Work to be completed: Copy the entries exactly, through the "e15 v14 v3 LINE" line.

Supplied material:
-=-=-=-=-
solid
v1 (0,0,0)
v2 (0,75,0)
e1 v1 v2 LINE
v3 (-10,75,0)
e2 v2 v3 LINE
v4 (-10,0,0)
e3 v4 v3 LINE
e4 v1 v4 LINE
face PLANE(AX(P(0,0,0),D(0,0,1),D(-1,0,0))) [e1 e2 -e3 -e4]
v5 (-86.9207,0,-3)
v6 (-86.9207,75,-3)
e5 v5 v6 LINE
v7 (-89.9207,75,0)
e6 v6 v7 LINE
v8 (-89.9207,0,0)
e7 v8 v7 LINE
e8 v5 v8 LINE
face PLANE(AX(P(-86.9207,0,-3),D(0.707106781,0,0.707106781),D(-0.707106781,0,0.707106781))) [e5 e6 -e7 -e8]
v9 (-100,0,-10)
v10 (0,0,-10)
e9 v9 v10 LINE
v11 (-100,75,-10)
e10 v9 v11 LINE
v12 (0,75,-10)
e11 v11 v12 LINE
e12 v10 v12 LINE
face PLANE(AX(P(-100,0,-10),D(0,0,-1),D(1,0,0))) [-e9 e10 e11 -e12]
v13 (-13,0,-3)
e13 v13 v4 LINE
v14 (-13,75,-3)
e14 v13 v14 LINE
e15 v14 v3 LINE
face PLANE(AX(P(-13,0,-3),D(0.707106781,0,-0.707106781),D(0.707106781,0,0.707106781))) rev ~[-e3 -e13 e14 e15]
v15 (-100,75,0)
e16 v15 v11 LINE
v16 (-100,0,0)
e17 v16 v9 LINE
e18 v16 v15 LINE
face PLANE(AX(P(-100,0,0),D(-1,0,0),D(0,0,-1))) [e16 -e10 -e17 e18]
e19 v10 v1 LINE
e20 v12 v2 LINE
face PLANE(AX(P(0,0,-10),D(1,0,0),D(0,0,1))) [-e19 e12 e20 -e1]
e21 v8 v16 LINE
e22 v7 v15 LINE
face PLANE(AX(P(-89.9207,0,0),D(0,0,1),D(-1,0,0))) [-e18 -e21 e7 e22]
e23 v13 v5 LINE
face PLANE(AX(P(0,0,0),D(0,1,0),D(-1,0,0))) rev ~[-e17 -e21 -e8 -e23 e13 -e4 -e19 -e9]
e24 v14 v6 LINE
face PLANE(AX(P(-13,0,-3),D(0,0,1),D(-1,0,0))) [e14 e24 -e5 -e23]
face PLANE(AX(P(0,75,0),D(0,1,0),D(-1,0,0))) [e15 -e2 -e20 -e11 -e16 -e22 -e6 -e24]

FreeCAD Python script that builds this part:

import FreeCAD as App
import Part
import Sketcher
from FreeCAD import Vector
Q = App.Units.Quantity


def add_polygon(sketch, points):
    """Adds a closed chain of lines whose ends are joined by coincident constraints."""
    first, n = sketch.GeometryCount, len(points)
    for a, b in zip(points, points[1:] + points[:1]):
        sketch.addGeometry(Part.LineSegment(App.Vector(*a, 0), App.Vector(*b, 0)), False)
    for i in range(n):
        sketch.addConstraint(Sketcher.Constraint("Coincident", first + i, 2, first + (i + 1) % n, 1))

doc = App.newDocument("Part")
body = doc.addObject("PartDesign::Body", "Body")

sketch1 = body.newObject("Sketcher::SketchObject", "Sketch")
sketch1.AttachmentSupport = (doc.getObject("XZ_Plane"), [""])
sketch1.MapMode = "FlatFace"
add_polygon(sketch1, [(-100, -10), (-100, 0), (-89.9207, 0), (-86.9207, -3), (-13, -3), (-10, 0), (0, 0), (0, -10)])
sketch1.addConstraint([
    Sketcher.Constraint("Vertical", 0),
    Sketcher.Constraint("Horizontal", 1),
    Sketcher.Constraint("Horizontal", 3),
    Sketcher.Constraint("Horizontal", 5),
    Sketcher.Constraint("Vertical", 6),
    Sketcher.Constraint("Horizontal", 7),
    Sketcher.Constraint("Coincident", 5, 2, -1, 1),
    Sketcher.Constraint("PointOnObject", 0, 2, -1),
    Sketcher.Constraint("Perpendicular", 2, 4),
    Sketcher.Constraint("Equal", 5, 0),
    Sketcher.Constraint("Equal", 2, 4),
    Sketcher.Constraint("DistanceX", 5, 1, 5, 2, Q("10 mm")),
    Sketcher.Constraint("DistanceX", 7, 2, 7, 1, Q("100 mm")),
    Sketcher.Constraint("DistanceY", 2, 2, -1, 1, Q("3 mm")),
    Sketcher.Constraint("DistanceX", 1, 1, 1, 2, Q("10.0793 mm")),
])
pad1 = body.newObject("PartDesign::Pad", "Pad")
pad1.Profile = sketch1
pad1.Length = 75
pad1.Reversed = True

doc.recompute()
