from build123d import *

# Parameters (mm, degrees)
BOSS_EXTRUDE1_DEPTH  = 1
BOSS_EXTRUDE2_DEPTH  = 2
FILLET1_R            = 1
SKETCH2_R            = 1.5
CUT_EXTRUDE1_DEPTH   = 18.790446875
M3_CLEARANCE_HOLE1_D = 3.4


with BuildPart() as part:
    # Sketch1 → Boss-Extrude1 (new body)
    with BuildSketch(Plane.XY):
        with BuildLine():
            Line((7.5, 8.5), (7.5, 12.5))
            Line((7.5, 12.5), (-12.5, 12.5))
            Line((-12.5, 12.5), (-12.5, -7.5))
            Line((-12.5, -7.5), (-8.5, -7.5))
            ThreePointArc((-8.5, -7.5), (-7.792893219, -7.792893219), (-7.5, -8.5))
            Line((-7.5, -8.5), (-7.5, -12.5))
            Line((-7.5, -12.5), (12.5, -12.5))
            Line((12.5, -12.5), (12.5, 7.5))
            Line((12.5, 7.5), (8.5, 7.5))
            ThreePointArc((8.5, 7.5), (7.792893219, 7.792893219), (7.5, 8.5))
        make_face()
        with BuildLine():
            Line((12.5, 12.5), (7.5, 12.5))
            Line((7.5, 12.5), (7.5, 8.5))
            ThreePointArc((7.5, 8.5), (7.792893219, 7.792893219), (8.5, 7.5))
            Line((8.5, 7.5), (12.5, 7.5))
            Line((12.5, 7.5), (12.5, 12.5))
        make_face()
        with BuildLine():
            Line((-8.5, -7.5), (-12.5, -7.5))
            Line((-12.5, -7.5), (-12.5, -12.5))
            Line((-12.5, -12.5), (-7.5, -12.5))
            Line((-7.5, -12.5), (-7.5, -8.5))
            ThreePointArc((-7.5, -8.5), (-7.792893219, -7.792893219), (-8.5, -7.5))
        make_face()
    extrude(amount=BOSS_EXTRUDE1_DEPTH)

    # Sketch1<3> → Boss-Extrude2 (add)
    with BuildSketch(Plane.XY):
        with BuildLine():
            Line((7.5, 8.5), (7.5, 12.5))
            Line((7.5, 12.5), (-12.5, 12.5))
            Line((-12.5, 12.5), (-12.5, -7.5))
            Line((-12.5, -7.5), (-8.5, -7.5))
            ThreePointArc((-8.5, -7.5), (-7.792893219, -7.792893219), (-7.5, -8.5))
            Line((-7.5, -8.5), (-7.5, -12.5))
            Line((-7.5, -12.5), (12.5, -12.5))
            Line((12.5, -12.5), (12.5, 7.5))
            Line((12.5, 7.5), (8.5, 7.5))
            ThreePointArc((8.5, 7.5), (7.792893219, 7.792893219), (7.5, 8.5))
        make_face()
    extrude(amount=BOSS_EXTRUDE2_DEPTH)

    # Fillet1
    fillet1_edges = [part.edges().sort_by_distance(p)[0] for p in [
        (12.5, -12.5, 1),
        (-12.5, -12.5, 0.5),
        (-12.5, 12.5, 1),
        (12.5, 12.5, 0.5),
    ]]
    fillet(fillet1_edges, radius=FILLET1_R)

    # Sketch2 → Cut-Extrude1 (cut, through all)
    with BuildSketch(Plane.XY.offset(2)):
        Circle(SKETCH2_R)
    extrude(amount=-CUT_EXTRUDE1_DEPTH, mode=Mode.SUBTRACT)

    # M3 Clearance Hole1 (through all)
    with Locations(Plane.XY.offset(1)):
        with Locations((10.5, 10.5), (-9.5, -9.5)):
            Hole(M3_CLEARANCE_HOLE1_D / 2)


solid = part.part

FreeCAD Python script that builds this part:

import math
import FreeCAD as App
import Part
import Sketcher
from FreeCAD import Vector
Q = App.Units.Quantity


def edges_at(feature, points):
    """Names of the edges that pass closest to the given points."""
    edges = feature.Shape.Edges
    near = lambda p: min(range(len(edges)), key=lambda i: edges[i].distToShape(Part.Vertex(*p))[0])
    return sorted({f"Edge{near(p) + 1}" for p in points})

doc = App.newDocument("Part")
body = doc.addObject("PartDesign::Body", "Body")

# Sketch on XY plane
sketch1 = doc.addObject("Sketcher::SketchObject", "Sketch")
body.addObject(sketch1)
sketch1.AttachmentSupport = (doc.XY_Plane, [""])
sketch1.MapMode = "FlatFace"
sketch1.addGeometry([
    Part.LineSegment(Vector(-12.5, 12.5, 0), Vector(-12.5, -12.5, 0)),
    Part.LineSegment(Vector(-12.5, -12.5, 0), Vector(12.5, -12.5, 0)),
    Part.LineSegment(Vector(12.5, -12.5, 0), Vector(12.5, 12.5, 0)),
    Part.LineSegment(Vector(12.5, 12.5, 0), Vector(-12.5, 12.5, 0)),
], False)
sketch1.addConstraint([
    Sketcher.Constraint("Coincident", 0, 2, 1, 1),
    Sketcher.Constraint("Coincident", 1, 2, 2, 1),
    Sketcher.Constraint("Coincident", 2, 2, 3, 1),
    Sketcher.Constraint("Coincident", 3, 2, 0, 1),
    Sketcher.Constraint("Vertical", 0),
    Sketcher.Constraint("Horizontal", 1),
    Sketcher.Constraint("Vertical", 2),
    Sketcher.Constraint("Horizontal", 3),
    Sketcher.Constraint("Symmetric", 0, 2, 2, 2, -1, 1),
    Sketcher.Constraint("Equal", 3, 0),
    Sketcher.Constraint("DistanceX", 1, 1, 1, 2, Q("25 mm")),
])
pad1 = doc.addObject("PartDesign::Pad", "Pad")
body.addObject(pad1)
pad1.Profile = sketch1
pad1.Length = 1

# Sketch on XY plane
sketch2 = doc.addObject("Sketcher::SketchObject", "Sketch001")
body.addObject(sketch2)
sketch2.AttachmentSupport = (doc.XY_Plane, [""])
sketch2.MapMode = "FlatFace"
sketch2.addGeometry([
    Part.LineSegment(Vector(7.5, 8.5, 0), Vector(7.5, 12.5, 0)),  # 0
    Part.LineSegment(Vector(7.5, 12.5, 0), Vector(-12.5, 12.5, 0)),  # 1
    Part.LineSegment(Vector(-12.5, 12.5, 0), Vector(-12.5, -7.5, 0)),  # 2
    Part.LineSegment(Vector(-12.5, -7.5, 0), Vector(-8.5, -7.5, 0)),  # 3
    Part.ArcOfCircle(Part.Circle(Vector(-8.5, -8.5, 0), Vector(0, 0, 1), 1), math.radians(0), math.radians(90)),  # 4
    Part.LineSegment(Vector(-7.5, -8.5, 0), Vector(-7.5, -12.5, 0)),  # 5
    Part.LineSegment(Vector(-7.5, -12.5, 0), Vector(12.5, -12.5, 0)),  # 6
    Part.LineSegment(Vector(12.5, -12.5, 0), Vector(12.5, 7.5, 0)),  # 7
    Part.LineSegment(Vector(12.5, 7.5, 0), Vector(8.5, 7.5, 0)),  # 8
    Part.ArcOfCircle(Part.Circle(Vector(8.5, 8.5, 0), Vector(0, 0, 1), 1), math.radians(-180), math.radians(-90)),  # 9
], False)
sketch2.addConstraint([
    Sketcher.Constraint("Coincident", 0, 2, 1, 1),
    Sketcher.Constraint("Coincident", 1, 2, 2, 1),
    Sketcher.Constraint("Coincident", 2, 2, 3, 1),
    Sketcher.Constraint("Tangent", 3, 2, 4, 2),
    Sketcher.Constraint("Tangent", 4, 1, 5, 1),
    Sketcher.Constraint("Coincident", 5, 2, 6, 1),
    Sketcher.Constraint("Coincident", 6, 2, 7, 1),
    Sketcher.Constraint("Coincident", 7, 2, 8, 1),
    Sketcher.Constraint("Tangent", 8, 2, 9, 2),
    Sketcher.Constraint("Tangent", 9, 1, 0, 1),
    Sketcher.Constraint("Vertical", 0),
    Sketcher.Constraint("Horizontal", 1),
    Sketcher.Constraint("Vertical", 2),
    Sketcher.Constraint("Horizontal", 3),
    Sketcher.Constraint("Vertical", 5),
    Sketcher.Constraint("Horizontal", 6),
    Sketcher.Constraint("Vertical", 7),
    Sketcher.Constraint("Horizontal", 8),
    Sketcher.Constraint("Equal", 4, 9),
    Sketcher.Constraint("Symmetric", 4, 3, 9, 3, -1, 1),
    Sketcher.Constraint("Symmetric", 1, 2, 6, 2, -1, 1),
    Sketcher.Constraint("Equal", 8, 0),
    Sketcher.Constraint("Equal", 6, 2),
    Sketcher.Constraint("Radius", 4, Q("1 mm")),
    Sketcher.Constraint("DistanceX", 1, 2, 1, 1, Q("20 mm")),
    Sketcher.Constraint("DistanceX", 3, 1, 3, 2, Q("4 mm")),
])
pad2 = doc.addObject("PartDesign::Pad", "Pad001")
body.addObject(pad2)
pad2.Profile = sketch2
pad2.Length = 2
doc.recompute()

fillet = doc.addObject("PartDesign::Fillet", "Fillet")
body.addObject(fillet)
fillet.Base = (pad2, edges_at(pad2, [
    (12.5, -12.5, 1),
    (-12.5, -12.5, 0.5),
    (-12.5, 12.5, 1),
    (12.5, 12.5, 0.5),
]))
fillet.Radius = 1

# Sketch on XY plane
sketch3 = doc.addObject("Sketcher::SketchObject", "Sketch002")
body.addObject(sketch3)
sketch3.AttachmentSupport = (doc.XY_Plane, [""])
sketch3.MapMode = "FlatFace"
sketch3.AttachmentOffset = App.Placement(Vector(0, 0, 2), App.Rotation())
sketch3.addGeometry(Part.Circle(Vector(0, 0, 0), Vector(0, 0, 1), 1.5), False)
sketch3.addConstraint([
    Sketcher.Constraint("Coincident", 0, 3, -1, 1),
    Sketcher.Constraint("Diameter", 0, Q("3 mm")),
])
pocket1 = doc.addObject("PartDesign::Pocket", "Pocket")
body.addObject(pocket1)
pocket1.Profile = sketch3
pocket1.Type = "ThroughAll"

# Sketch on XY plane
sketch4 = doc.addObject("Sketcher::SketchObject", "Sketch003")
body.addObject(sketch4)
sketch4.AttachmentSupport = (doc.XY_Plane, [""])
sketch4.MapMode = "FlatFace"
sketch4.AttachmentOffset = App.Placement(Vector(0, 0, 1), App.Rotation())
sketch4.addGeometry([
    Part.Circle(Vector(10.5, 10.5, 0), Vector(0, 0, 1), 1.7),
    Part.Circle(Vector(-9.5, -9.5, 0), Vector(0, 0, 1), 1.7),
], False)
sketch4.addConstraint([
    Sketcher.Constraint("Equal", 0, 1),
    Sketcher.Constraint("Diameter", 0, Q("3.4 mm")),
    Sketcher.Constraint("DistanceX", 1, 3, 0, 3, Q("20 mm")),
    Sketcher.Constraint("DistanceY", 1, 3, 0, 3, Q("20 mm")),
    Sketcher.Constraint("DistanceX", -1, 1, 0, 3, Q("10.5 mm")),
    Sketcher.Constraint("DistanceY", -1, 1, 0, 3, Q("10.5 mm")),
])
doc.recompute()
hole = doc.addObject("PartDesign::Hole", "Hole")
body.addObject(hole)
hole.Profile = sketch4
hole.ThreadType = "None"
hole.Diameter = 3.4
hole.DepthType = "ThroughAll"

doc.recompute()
-=-=-=-=-
Solution to this problem:
solid
v1 (0,0,0)
v2 (0,75,0)
e1 v1 v2 LINE
v3 (-10,75,0)
e2 v2 v3 LINE
v4 (-10,0,0)
e3 v4 v3 LINE
e4 v1 v4 LINE
face PLANE(AX(P(0,0,0),D(0,0,1),D(-1,0,0))) [e1 e2 -e3 -e4]
v5 (-86.9207,0,-3)
v6 (-86.9207,75,-3)
e5 v5 v6 LINE
v7 (-89.9207,75,0)
e6 v6 v7 LINE
v8 (-89.9207,0,0)
e7 v8 v7 LINE
e8 v5 v8 LINE
face PLANE(AX(P(-86.9207,0,-3),D(0.707106781,0,0.707106781),D(-0.707106781,0,0.707106781))) [e5 e6 -e7 -e8]
v9 (-100,0,-10)
v10 (0,0,-10)
e9 v9 v10 LINE
v11 (-100,75,-10)
e10 v9 v11 LINE
v12 (0,75,-10)
e11 v11 v12 LINE
e12 v10 v12 LINE
face PLANE(AX(P(-100,0,-10),D(0,0,-1),D(1,0,0))) [-e9 e10 e11 -e12]
v13 (-13,0,-3)
e13 v13 v4 LINE
v14 (-13,75,-3)
e14 v13 v14 LINE
e15 v14 v3 LINE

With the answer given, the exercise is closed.